- Court: Court of Appeal
- Citation: [1971] 2 QB 175

Keywords
- Trade union, collective bargaining

= Breen v Amalgamated Engineering Union =

Breen v Amalgamated Engineering Union [1971] 2 QB 175 is a UK labour law case, concerning trade union regulation.

==Facts==
In 1958 Mr Breen was involved in, but absolved from, a dispute on misappropriating union funds. He was voted in as shop steward at his oil refinery in Fawley in 1965, but the district secretary in Southampton who had been party to the 1958 dispute rejected his election. Mr Breen said this was contrary to natural justice.

Cusack J held that rules of natural justice did not apply, and the committee had unfettered discretion under the rules. Only bad faith would suffice, and in any case the old dispute played no part.

==Judgment==
The Court of Appeal upheld Cusack J, so that Mr Breen's election could be rejected by the union. Edmund Davies LJ could see no authority for overturning the district secretary's decision otherwise. Megaw LJ agreed.

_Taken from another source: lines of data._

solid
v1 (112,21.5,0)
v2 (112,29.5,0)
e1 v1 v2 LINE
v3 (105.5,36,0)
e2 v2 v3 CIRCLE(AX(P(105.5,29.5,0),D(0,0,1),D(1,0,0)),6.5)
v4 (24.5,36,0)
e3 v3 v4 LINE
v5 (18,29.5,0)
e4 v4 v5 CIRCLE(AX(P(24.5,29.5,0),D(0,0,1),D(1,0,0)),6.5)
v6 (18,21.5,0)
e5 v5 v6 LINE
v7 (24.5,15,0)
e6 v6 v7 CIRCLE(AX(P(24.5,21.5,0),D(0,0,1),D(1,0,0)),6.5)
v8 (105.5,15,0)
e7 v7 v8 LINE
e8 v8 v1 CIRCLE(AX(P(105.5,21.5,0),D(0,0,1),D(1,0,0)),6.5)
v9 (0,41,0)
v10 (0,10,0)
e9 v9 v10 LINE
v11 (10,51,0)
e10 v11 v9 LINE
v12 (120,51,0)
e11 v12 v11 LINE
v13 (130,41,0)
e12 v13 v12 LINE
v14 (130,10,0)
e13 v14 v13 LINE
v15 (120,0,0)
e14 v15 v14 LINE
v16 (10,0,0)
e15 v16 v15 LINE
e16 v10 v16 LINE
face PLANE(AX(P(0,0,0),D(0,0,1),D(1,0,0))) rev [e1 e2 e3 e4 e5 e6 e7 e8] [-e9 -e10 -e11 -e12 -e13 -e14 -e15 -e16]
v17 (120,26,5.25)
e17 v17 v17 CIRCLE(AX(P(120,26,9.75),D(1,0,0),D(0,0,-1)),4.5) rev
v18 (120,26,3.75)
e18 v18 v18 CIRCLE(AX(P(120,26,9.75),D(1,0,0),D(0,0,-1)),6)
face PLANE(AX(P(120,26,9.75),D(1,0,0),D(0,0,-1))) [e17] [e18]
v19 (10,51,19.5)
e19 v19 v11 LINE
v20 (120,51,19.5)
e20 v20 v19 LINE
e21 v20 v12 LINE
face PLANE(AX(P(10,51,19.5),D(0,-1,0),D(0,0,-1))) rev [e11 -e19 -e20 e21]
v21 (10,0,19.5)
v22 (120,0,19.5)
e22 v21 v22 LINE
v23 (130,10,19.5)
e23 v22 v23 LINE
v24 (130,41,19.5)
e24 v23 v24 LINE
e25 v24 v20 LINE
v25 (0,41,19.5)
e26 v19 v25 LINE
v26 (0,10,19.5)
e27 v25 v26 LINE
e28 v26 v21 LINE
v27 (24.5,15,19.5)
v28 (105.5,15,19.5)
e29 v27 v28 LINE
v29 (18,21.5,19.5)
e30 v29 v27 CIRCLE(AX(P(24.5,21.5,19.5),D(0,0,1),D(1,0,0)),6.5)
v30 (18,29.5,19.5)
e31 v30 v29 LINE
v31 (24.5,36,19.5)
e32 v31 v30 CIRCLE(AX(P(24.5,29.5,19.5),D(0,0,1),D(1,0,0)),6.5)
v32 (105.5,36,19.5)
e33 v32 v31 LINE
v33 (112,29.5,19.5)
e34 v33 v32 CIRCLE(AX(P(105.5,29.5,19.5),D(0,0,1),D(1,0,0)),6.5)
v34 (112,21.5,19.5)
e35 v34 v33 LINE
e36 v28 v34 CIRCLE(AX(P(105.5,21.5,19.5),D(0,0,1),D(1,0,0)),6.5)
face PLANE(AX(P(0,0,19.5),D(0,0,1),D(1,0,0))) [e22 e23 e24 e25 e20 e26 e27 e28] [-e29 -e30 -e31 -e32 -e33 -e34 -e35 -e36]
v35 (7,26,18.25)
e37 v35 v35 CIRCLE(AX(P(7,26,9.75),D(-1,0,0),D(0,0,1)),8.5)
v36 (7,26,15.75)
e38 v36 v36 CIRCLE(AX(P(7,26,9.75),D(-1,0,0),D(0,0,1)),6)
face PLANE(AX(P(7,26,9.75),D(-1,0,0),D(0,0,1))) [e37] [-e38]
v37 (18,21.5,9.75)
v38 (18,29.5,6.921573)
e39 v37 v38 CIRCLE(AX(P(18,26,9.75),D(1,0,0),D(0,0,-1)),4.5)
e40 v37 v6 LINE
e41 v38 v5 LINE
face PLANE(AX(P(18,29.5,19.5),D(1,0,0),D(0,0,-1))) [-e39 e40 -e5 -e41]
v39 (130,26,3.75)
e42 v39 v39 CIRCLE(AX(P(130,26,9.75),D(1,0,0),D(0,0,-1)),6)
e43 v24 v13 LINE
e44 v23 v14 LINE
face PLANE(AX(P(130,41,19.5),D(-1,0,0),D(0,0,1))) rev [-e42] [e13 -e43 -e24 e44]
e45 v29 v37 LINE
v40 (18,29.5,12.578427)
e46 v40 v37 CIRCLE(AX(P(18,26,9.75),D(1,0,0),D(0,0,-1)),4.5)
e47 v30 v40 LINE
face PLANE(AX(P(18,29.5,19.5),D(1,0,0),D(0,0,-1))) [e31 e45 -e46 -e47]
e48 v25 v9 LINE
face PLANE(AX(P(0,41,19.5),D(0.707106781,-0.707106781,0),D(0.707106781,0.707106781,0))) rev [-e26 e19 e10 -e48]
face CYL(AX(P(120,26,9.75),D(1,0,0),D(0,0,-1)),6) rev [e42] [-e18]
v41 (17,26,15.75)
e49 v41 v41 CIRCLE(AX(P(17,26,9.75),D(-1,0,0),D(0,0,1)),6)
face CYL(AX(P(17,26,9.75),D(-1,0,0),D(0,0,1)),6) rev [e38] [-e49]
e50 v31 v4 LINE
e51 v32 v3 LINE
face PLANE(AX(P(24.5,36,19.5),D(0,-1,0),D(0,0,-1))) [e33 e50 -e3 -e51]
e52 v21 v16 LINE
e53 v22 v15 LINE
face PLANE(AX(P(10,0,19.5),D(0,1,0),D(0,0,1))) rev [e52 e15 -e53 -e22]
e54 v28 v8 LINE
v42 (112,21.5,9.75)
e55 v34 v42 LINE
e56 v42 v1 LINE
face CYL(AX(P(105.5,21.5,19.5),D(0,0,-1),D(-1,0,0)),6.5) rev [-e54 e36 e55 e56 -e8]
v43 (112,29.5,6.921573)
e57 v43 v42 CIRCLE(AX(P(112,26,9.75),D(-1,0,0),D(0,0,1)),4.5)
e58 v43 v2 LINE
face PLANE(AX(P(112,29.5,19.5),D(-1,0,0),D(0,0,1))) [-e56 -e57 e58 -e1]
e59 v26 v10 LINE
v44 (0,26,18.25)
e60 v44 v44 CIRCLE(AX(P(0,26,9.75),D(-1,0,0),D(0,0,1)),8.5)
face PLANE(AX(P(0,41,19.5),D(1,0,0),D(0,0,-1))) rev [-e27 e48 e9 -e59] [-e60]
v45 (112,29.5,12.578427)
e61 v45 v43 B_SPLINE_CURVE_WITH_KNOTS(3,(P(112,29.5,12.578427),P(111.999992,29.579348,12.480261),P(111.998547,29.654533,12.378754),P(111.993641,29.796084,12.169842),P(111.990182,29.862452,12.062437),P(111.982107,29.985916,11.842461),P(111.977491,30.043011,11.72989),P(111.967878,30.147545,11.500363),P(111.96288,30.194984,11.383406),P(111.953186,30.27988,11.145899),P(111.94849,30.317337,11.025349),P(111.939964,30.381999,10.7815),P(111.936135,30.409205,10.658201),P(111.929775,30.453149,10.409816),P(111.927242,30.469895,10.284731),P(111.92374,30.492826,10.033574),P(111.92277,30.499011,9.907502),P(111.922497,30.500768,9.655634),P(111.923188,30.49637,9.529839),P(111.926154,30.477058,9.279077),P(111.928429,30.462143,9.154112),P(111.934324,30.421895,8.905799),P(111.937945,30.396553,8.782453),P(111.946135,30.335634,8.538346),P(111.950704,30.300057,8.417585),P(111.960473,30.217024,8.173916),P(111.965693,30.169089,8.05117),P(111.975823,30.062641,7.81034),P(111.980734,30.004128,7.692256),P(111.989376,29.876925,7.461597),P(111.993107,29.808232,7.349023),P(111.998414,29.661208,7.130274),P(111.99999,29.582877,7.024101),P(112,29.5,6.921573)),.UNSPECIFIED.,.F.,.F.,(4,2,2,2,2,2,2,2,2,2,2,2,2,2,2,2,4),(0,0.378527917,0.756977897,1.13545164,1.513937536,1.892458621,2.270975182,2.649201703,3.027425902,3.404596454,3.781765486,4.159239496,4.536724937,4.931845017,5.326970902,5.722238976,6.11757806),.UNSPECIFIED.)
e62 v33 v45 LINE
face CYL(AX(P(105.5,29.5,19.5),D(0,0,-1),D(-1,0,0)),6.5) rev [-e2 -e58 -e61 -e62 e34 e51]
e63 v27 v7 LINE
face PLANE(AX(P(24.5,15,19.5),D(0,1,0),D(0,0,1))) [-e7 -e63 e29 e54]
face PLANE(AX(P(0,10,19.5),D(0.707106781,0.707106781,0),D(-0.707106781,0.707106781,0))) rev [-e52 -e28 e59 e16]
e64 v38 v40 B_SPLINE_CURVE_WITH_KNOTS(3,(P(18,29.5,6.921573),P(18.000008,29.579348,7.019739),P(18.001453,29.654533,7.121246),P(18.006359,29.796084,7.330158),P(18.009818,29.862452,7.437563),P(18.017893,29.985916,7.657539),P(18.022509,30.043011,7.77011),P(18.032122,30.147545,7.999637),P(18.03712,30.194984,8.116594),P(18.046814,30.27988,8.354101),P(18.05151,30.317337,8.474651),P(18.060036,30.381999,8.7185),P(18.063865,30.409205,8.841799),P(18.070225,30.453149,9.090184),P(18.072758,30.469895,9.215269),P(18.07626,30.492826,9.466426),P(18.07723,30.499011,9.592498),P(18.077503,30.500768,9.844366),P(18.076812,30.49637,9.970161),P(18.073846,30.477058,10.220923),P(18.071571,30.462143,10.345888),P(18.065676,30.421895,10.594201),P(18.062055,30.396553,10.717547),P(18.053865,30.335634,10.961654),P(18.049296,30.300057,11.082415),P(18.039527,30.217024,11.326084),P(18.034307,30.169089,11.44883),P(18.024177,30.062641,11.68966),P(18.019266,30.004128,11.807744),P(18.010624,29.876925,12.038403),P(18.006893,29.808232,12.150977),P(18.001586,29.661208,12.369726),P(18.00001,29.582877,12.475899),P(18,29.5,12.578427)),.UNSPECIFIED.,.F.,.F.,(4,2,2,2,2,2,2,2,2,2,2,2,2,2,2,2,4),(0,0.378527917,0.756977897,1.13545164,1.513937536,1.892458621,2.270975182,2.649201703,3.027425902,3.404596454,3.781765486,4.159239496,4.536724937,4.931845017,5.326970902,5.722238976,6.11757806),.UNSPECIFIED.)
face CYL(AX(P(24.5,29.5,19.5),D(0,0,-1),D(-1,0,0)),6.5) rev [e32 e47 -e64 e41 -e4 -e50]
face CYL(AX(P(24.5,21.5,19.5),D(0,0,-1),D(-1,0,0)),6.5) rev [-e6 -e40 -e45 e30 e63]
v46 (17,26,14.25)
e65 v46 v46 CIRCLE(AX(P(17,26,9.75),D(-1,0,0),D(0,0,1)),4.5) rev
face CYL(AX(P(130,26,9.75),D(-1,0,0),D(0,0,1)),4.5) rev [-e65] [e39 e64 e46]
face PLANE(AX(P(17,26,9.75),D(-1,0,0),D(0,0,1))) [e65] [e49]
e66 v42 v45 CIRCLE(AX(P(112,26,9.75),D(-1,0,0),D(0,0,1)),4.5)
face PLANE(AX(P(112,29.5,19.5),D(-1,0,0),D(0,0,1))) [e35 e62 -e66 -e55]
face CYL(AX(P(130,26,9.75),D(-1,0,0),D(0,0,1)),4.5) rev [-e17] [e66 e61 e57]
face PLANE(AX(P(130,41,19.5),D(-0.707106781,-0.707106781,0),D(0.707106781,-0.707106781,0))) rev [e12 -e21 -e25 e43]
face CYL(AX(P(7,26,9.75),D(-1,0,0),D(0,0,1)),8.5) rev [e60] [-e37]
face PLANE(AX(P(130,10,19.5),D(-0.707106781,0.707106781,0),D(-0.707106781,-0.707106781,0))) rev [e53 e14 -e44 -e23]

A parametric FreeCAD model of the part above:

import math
import FreeCAD as App
import Part
import Sketcher
from FreeCAD import Vector
Q = App.Units.Quantity


def add_polygon(sketch, points):
    """Adds a closed chain of lines whose ends are joined by coincident constraints."""
    first, n = sketch.GeometryCount, len(points)
    for a, b in zip(points, points[1:] + points[:1]):
        sketch.addGeometry(Part.LineSegment(App.Vector(*a, 0), App.Vector(*b, 0)), False)
    for i in range(n):
        sketch.addConstraint(Sketcher.Constraint("Coincident", first + i, 2, first + (i + 1) % n, 1))

doc = App.newDocument("Part")
body = doc.addObject("PartDesign::Body", "Body")

# Sketch on XY plane
sketch1 = doc.addObject("Sketcher::SketchObject", "Sketch")
body.addObject(sketch1)
sketch1.AttachmentSupport = (doc.XY_Plane, [""])
sketch1.MapMode = "FlatFace"
add_polygon(sketch1, [(0, 41), (0, 10), (10, 0), (120, 0), (130, 10), (130, 41), (120, 51), (10, 51)])  # lines 0-7
sketch1.addGeometry(Part.LineSegment(Vector(105.5, 15, 0), Vector(24.5, 15, 0)), False)  # 8
sketch1.addGeometry(Part.ArcOfCircle(Part.Circle(Vector(24.5, 21.5, 0), Vector(0, 0, 1), 6.5), math.radians(180), math.radians(270)), False)  # 9
sketch1.addGeometry(Part.LineSegment(Vector(18, 21.5, 0), Vector(18, 29.5, 0)), False)  # 10
sketch1.addGeometry(Part.ArcOfCircle(Part.Circle(Vector(24.5, 29.5, 0), Vector(0, 0, 1), 6.5), math.radians(90), math.radians(180)), False)  # 11
sketch1.addGeometry(Part.LineSegment(Vector(24.5, 36, 0), Vector(105.5, 36, 0)), False)  # 12
sketch1.addGeometry(Part.ArcOfCircle(Part.Circle(Vector(105.5, 29.5, 0), Vector(0, 0, 1), 6.5), math.radians(0), math.radians(90)), False)  # 13
sketch1.addGeometry(Part.LineSegment(Vector(112, 29.5, 0), Vector(112, 21.5, 0)), False)  # 14
sketch1.addGeometry(Part.ArcOfCircle(Part.Circle(Vector(105.5, 21.5, 0), Vector(0, 0, 1), 6.5), math.radians(-90), math.radians(0)), False)  # 15
sketch1.addConstraint(Sketcher.Constraint("Tangent", 8, 2, 9, 2))
sketch1.addConstraint(Sketcher.Constraint("Tangent", 9, 1, 10, 1))
sketch1.addConstraint(Sketcher.Constraint("Tangent", 10, 2, 11, 2))
sketch1.addConstraint(Sketcher.Constraint("Tangent", 11, 1, 12, 1))
sketch1.addConstraint(Sketcher.Constraint("Tangent", 12, 2, 13, 2))
sketch1.addConstraint(Sketcher.Constraint("Tangent", 13, 1, 14, 1))
sketch1.addConstraint(Sketcher.Constraint("Tangent", 14, 2, 15, 2))
sketch1.addConstraint(Sketcher.Constraint("Tangent", 15, 1, 8, 1))
sketch1.addConstraint(Sketcher.Constraint("Vertical", 0))
sketch1.addConstraint(Sketcher.Constraint("Horizontal", 2))
sketch1.addConstraint(Sketcher.Constraint("Vertical", 4))
sketch1.addConstraint(Sketcher.Constraint("Horizontal", 6))
sketch1.addConstraint(Sketcher.Constraint("Horizontal", 8))
sketch1.addConstraint(Sketcher.Constraint("Vertical", 10))
sketch1.addConstraint(Sketcher.Constraint("Horizontal", 12))
sketch1.addConstraint(Sketcher.Constraint("Vertical", 14))
sketch1.addConstraint(Sketcher.Constraint("Equal", 9, 11))
sketch1.addConstraint(Sketcher.Constraint("Equal", 11, 13))
sketch1.addConstraint(Sketcher.Constraint("Equal", 13, 15))
sketch1.addConstraint(Sketcher.Constraint("PointOnObject", 0, 2, -2))
sketch1.addConstraint(Sketcher.Constraint("PointOnObject", 1, 2, -1))
sketch1.addConstraint(Sketcher.Constraint("Perpendicular", 1, 3))
sketch1.addConstraint(Sketcher.Constraint("Perpendicular", 3, 5))
sketch1.addConstraint(Sketcher.Constraint("Perpendicular", 5, 7))
sketch1.addConstraint(Sketcher.Constraint("Horizontal", 0, 2, 3, 2))
sketch1.addConstraint(Sketcher.Constraint("Horizontal", 4, 2, 7, 2))
sketch1.addConstraint(Sketcher.Constraint("Vertical", 2, 2, 5, 2))
sketch1.addConstraint(Sketcher.Constraint("Vertical", 1, 2, 6, 2))
sketch1.addConstraint(Sketcher.Constraint("Radius", 9, Q("6.5 mm")))
sketch1.addConstraint(Sketcher.Constraint("DistanceX", 2, 1, 2, 2, Q("110 mm")))
sketch1.addConstraint(Sketcher.Constraint("DistanceX", 8, 2, 8, 1, Q("81 mm")))
sketch1.addConstraint(Sketcher.Constraint("DistanceY", 0, 2, 0, 1, Q("31 mm")))
sketch1.addConstraint(Sketcher.Constraint("DistanceY", 10, 1, 10, 2, Q("8 mm")))
sketch1.addConstraint(Sketcher.Constraint("DistanceY", -1, 1, 0, 2, Q("10 mm")))
sketch1.addConstraint(Sketcher.Constraint("DistanceY", -1, 1, 8, 2, Q("15 mm")))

Lord Denning MR, dissenting, said administrative law applies to statutory and also to domestic bodies. He said that administrative law requires that people get fair hearings, and that discretion is only valid when irrelevant factors are not taken into account, even if the body is acting in good faith (decisions are otherwise set aside).

Does all this apply also to a domestic body? I think it does, at any rate when it is a body set up by one of the powerful associations which we see nowadays. Instances are readily to be found in the books, notably the Stock Exchange, the Jockey Club, the Football Association, and innumerable trade unions. All these delegate power to committees. These committees are domestic bodies which control the destinies of thousands.

[...]

Their rules are said to be a contract between the members and the union. So be it. If they are a contract, then it is an implied term that the discretion should be exercised fairly. But the rules are in reality more than a contract. They are a legislative code laid down by the council of the union to be obeyed by the members. This code should be subject to control by the courts just as much as a code laid down by Parliament itself.

[...]

If he is a man who has some right or interest, or some legitimate expectation, of which it would not be fair to deprive him without a hearing, or reasons given, then these should be afforded him, according as the case may demand. The giving of reasons is one of the fundamentals of good administration.

[...]

Seeing that he had been elected to this office by a democratic process, he had, I think, a legitimate expectation that he would be approved by the district committee unless there were good reasons against him. If they had something against him, they ought to tell him and to give him a chance of answering it before turning him down.